Le malware pirate les comptes des mainteneurs ou vole leurs jetons de publication. Il pousse ensuite des paquets légitimes qui contiennent un code malveillant. Ce code dérobe les secrets des développeurs et des systèmes d’intégration, et il peut se propager à d’autres projets grâce aux identifiants volés.
La dernière vague implique l’injection d’une charge utile ‘index.js’ très obfusquée. Celle-ci tente de voler les identifiants GitHub, npm, ainsi que les accès pour le cloud, Kubernetes, Vault, Docker, les bases de données et le protocole SSH.
Elle vise surtout les postes de travail des développeurs et les environnements d’intégration continue, comme GitHub Actions, GitLab CI, Jenkins, Azure DevOps, CircleCI, Vercel, Netlify et d’autres plateformes de construction.
Les données subtilisées sont sérialisées, compressées avec Gzip, chiffrées avec AES-256-GCM et encapsulées avec RSA-OAEP afin de rendre l’inspection réseau plus ardue.
Quand des identifiants GitHub sont disponibles, le malware utilise l’API de la plateforme pour créer automatiquement de nouveaux dépôts sous le compte de la victime. Il y télécharge ensuite les informations volées.

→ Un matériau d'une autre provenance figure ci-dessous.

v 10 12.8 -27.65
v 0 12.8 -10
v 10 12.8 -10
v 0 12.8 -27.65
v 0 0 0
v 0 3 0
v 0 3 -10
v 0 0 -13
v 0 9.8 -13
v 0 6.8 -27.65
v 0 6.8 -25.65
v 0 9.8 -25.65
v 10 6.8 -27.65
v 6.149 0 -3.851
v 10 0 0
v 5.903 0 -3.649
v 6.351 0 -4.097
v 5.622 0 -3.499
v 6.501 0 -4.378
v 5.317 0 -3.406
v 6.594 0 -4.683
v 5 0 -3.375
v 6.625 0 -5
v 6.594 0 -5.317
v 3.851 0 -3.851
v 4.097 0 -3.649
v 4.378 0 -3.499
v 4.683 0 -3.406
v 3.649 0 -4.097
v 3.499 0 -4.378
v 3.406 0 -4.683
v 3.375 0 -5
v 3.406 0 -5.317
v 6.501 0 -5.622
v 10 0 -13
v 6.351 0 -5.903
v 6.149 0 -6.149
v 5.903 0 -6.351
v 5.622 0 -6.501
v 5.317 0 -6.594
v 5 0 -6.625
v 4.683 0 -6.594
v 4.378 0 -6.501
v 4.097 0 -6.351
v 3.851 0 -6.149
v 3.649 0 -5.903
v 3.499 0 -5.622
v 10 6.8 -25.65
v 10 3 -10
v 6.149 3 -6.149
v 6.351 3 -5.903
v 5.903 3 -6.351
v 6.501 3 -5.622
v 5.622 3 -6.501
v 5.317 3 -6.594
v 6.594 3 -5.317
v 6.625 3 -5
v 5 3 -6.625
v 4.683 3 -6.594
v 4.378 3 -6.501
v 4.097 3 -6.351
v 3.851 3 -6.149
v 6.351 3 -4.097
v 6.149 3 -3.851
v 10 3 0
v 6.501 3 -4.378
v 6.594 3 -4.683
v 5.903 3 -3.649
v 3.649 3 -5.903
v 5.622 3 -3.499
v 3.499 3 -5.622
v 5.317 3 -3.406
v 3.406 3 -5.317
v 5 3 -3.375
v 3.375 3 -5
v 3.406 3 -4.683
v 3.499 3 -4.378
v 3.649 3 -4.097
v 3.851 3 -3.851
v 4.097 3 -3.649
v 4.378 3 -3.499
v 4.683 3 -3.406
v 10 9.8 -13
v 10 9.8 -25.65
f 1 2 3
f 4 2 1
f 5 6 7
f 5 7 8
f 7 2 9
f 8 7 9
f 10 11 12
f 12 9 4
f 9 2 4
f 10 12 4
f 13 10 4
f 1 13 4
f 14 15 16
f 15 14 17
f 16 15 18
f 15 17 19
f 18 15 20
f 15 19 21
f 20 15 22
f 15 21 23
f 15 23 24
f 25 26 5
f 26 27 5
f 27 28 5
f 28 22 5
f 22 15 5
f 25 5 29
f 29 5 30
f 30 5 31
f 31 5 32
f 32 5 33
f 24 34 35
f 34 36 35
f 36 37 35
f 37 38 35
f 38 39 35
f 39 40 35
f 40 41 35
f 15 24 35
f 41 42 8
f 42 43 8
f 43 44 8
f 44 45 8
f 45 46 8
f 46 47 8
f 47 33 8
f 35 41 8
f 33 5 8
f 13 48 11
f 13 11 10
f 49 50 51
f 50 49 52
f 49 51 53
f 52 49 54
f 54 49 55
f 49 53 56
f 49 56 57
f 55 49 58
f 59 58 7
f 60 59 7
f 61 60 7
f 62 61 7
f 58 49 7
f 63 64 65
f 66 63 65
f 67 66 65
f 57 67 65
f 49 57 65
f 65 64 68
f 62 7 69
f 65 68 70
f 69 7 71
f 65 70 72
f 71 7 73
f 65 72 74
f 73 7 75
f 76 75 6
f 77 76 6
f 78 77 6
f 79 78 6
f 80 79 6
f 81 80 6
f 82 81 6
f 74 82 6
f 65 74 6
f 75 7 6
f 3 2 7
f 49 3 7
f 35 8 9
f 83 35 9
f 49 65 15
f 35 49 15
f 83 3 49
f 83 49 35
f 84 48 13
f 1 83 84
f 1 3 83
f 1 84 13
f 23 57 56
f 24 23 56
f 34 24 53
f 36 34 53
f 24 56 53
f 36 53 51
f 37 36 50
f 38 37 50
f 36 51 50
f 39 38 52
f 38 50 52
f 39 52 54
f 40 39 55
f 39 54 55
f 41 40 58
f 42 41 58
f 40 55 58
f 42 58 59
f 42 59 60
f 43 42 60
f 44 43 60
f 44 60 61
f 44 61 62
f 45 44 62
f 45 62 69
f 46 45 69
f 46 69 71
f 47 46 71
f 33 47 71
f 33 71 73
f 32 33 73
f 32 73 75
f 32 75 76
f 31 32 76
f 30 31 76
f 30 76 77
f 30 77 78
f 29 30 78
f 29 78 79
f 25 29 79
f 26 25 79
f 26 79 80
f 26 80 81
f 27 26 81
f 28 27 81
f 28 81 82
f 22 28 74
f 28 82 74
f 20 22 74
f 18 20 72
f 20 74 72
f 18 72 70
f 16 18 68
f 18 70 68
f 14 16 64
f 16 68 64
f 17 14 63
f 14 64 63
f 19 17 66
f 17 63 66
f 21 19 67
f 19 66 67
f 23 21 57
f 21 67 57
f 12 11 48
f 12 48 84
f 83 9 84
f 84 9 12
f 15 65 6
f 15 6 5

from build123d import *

# Parameters (mm, degrees)
SALIENTE_EXTRUIR1_DEPTH = 10
CROQUIS4_W              = 2
CROQUIS4_H              = 6
SALIENTE_EXTRUIR2_DEPTH = 10
CROQUIS5_R              = 1.625
CORTAR_EXTRUIR1_DEPTH   = 4


with BuildPart() as part:
    # Croquis2 → Saliente-Extruir1 (new body)
    with BuildSketch(Plane(origin=(0, 0, 0), x_dir=(0, 0, -1), z_dir=(1, 0, 0))):
        Polygon((0, 0), (13, 0), (13, 9.8), (25.65, 9.8), (25.65, 12.8), (10, 12.8), (10, 3), (0, 3), align=None)
    extrude(amount=SALIENTE_EXTRUIR1_DEPTH)

    # Croquis4 → Saliente-Extruir2 (add, through all)
    with BuildSketch(Plane(origin=(0, 0, 0), x_dir=(0, 0, -1), z_dir=(1, 0, 0))):
        with Locations((26.65, 9.8)):
            Rectangle(CROQUIS4_W, CROQUIS4_H)
    extrude(amount=SALIENTE_EXTRUIR2_DEPTH)

    # Croquis5 → Cortar-Extruir1 (cut, through all)
    with BuildSketch(Plane(origin=(0, 3, 0), x_dir=(1, 0, 0), z_dir=(0, 1, 0))):
        with Locations((5, 5)):
            Circle(CROQUIS5_R)
    extrude(amount=-CORTAR_EXTRUIR1_DEPTH, mode=Mode.SUBTRACT)


solid = part.part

Socket a identifié 1900 dépôts GitHub publics qui correspondent aux marqueurs de cette campagne. Un rapport plus récent de la plateforme de sécurité Aikido précise que l’attaquant a déjà publié plus de 2700 dépôts frauduleux sur GitHub en utilisant des jetons volés.

Source : Socket
D’après Endor Labs, une nouveauté clé de cette dernière variante de Shai-Hulud est sa capacité à générer des attestations de provenance Sigstore valides. Pour cela, elle exploite des jetons OIDC provenant d’environnements d’intégration compromis et les soumet à Fulcio et Reko.
En conséquence, des paquets npm malveillants peuvent sembler signés de façon légitime et passer les vérifications standard de provenance, même s’ils contiennent un malware qui vole des identifiants.

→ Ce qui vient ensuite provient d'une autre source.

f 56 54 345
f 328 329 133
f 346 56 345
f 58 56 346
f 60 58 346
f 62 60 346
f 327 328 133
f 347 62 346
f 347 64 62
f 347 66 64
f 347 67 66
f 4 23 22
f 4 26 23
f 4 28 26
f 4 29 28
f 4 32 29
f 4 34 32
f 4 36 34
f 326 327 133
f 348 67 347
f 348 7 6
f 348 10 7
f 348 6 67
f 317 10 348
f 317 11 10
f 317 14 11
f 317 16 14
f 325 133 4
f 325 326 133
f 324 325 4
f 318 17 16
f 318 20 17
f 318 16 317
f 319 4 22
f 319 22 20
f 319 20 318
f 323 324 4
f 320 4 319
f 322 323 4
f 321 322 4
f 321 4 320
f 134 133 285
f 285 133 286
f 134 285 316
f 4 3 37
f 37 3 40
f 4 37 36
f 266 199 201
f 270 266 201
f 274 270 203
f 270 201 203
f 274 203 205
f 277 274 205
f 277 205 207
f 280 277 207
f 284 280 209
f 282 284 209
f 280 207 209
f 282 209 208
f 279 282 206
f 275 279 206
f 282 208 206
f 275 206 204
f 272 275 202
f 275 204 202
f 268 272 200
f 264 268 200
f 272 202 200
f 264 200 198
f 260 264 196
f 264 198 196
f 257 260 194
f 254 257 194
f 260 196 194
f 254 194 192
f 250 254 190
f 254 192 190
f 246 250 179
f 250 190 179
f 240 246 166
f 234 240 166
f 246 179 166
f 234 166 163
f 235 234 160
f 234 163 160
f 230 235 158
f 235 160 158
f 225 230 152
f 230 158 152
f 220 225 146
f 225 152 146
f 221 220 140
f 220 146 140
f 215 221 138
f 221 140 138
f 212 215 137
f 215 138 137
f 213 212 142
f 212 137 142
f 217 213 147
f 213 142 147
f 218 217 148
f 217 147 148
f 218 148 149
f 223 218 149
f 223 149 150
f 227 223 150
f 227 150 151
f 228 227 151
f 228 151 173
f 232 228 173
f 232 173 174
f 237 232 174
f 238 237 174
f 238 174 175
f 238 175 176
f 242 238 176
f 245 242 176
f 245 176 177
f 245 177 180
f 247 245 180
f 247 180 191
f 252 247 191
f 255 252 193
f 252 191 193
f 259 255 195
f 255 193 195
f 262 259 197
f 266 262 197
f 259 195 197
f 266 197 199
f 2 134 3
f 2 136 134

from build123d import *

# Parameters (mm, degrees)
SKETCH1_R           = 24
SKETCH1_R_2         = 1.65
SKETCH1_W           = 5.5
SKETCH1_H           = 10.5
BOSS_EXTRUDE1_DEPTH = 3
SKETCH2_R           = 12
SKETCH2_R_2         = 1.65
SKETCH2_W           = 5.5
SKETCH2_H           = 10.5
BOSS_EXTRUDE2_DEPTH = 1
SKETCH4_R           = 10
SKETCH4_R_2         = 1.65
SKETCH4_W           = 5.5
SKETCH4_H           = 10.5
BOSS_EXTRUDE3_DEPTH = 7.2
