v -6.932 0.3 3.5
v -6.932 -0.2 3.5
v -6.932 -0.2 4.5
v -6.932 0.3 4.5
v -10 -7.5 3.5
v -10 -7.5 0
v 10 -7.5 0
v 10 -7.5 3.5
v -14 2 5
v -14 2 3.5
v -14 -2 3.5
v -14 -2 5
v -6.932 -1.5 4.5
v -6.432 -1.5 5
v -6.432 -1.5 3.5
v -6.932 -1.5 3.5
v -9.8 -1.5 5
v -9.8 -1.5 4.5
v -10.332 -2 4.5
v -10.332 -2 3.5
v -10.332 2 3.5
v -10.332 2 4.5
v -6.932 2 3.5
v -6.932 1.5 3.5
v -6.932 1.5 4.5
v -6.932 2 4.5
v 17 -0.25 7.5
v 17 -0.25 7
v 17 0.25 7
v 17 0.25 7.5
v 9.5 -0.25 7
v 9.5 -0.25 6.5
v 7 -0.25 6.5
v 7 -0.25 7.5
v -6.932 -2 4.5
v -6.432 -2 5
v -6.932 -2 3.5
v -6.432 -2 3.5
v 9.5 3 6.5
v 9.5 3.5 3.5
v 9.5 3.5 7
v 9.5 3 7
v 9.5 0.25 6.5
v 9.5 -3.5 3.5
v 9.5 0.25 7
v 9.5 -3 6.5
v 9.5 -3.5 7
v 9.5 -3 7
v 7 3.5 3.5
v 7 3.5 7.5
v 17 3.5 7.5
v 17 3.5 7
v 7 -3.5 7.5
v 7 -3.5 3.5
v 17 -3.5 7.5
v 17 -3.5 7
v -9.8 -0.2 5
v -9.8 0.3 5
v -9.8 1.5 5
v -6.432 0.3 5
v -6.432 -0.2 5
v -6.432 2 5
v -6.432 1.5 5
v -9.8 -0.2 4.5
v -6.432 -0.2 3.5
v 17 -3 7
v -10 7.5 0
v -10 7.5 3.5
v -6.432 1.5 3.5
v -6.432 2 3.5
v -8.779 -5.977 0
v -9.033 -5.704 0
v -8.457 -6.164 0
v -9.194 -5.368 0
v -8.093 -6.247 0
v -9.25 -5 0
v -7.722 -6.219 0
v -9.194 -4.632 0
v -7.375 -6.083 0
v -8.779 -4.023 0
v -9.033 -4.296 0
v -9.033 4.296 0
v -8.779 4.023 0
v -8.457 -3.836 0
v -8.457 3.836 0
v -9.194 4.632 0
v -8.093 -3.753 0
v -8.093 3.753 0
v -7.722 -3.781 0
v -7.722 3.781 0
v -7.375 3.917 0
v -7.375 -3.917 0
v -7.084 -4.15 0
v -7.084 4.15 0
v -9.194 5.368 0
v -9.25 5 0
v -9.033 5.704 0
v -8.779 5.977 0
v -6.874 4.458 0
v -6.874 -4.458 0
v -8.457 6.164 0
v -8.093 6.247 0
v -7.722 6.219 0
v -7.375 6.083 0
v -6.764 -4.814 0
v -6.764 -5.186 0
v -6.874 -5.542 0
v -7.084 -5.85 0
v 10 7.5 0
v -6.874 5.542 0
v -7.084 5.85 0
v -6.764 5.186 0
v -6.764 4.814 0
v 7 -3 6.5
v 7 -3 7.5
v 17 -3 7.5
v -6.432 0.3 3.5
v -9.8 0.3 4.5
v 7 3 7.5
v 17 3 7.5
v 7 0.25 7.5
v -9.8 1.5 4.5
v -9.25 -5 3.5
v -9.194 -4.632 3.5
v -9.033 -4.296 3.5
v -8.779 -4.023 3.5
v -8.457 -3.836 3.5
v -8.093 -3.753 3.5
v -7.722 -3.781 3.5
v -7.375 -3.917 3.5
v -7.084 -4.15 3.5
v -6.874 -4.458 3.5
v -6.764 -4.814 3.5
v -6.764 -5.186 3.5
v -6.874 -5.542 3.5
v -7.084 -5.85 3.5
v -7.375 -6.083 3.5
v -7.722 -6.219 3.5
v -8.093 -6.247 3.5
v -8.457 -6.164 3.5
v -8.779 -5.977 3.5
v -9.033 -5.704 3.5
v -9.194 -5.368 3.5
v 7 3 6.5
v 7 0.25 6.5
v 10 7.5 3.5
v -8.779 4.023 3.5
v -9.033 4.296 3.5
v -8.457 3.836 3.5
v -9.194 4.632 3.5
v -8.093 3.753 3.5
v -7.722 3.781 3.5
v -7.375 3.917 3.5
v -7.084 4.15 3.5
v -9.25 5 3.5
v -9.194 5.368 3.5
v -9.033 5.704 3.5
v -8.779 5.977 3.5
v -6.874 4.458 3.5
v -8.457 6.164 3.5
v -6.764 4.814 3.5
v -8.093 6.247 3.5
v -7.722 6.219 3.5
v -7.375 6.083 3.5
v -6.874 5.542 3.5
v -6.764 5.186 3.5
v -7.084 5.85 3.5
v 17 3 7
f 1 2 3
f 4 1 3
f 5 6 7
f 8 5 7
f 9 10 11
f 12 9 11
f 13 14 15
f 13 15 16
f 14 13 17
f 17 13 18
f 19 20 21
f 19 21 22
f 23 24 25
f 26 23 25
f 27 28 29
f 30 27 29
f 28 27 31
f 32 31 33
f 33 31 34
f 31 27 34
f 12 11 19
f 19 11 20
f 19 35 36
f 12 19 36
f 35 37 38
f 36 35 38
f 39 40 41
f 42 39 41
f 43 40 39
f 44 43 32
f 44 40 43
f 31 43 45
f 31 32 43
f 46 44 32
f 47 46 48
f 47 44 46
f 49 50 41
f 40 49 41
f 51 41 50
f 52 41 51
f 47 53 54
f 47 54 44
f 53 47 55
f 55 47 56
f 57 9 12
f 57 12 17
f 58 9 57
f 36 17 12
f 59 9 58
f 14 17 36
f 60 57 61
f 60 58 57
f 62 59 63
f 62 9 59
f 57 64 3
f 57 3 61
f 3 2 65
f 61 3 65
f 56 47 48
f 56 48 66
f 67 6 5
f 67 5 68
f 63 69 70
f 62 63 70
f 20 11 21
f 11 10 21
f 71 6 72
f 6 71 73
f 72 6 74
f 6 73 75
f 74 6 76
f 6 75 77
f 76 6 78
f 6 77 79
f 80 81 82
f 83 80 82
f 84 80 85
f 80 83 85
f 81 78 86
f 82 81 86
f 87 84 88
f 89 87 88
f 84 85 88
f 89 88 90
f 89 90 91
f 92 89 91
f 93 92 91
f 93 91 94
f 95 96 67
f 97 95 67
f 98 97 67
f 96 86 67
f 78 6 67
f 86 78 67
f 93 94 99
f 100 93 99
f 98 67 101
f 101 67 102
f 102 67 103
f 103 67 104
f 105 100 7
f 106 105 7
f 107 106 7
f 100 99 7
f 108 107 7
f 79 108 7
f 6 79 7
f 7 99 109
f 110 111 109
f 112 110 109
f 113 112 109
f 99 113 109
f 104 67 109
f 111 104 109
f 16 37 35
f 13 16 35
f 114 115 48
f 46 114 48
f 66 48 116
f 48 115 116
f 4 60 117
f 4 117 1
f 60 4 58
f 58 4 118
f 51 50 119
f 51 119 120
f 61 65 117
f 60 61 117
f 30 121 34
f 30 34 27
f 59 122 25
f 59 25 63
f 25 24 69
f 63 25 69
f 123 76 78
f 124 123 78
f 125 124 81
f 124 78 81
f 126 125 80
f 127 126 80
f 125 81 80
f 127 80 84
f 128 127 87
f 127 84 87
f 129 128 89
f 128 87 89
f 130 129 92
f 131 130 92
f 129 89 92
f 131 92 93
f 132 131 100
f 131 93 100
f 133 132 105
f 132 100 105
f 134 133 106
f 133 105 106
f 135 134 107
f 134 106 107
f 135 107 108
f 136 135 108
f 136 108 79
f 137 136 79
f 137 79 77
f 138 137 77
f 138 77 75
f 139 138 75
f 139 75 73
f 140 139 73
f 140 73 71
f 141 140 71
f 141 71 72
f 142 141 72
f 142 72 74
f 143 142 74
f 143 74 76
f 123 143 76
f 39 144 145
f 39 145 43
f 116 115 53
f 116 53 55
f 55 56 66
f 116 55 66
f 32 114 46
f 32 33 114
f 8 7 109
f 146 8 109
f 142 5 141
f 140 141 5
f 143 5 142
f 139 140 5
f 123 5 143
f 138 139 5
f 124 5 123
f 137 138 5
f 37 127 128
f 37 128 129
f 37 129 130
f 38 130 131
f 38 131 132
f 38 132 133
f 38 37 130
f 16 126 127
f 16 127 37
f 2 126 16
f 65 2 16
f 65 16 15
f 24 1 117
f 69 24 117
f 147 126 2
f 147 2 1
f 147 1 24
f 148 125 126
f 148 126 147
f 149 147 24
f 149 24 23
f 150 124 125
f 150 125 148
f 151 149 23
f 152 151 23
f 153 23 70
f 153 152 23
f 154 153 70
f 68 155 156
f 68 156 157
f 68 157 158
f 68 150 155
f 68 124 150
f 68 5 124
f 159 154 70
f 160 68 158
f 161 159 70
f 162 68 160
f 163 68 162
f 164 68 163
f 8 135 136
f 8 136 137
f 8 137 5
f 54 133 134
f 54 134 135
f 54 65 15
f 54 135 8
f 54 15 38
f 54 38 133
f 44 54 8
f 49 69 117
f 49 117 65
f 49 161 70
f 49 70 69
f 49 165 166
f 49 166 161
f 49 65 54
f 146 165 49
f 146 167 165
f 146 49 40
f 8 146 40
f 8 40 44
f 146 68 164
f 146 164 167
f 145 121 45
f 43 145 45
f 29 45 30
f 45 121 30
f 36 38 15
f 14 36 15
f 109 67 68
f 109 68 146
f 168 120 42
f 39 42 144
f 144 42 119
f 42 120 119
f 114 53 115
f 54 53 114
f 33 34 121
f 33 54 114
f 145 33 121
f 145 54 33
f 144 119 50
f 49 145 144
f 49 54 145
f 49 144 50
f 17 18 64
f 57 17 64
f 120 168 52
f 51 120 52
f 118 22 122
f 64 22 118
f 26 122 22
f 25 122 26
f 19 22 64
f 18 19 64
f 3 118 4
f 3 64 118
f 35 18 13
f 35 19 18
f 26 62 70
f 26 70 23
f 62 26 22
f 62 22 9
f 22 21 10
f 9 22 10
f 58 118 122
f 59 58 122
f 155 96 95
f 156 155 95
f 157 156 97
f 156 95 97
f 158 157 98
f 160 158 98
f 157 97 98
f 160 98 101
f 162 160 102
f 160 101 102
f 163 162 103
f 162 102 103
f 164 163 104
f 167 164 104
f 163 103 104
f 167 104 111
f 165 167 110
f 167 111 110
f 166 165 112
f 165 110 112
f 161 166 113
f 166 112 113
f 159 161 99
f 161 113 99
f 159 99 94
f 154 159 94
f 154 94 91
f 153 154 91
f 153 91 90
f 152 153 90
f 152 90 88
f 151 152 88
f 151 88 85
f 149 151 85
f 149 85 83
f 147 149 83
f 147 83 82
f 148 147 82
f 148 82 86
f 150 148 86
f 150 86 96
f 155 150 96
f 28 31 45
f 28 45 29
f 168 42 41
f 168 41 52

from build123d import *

# Parameters (mm, degrees)
SKETCH1_W           = 20
SKETCH1_H           = 15
BOSS_EXTRUDE1_DEPTH = 3.5
BOSS_EXTRUDE8_DEPTH = 1.5
SKETCH3_W           = 3.4
SKETCH3_H           = 1
CUT_EXTRUDE1_DEPTH  = 18.642278764
SKETCH4_W           = 10
SKETCH4_H           = 7
BOSS_EXTRUDE9_DEPTH = 4
SKETCH5_W           = 7.5
SKETCH5_H           = 3.5
CUT_EXTRUDE2_DEPTH  = 22.592822882
CUT_EXTRUDE3_DEPTH  = 1
SKETCH7_R           = 1.25
CUT_EXTRUDE4_DEPTH  = 21.03746491


with BuildPart() as part:
    # Sketch1 → Boss-Extrude1 (new body)
    with BuildSketch(Plane.XY):
        Rectangle(SKETCH1_W, SKETCH1_H)
    extrude(amount=BOSS_EXTRUDE1_DEPTH)

    # Sketch2 → Boss-Extrude8 (add)
    with BuildSketch(Plane.XY.offset(3.5)):
        Polygon((-6.431580724, 2), (-10, 2), (-10, 1.5), (-10, 0.3), (-10, -2), (-6.431580724, -2), (-6.431580724, -1.5), (-9.8, -1.5), (-9.8, -0.2), (-6.431580724, -0.2), (-6.431580724, 0.3), (-9.8, 0.3), (-9.8, 1.5), (-6.431580724, 1.5), align=None)
        Polygon((-10, 1.5), (-10, 2), (-14, 2), (-14, -2), (-10, -2), (-10, 0.3), align=None)
    extrude(amount=BOSS_EXTRUDE8_DEPTH)

    # Sketch3 → Cut-Extrude1 (cut, through all)
    with BuildSketch(Plane.XZ.offset(2)):
        with Locations((-8.631580724, 4)):
            Rectangle(SKETCH3_W, SKETCH3_H)
    extrude(amount=-CUT_EXTRUDE1_DEPTH, mode=Mode.SUBTRACT)

    # Sketch4 → Boss-Extrude9 (add)
    with BuildSketch(Plane.XY.offset(3.5)):
        with Locations((12, 0)):
            Rectangle(SKETCH4_W, SKETCH4_H)
    extrude(amount=BOSS_EXTRUDE9_DEPTH)

    # Sketch5 → Cut-Extrude2 (cut, through all)
    with BuildSketch(Plane.XZ.offset(3.5)):
        with Locations((13.25, 5.25)):
            Rectangle(SKETCH5_W, SKETCH5_H)
    extrude(amount=-CUT_EXTRUDE2_DEPTH, mode=Mode.SUBTRACT)

    # Sketch6 → Cut-Extrude3 (cut)
    with BuildSketch(Plane.XY.offset(7.5)):
        Polygon((17, 3), (6, 3), (6, 0.25), (17, 0.25), (17, -0.25), (6, -0.25), (6, -3), (17, -3), (18, -3), (18, 3), align=None)
    extrude(amount=-CUT_EXTRUDE3_DEPTH, mode=Mode.SUBTRACT)

    # Sketch7 → Cut-Extrude4 (cut, through all)
    with BuildSketch(Plane(origin=(0, 0, 0), x_dir=(-1, 0, 0), z_dir=(0, 0, -1))):
        with Locations((8, -5)):
            Circle(SKETCH7_R)
        with Locations((8, 5)):
            Circle(SKETCH7_R)
    extrude(amount=-CUT_EXTRUDE4_DEPTH, mode=Mode.SUBTRACT)


solid = part.part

La capacité d’auto-propagation est aussi présente dans cette attaque. Le malware valide les jetons npm volés, répertorie les paquets détenus par la victime, télécharge les archives, injecte la charge malveillante, et republie les paquets infectés avec des numéros de version incrémentés.
Comme le code source de Shai-Hulud a fuité récemment sur GitHub par le groupe de pirates TeamPCP et qu’il est déjà employé dans des attaques, l’attribution de cette nouvelle campagne est plus complexe.
Socket affirme que cette variante diffère techniquement des premières charges utiles Mini Shai-Hulud, mais qu’elle partage les mêmes caractéristiques opérationnelles.
« Les charges utiles AntV sont différentes des artefacts Mini Shai-Hulud plus anciens, comme router_init.js de TanStack ou router_runtime.js lié à Intercom », précise Socket.
« L’échantillon AntV utilise un fichier index.js à la racine, un point de terminaison de commande principal différent et un corps de charge plus léger. Cependant, le modèle opérationnel central reste cohérent. »
Les développeurs qui ont téléchargé l’un des paquets npm infectés doivent les désinstaller sans attendre. Ils doivent aussi renouveler toutes les clés secrètes accessibles par les systèmes compromis.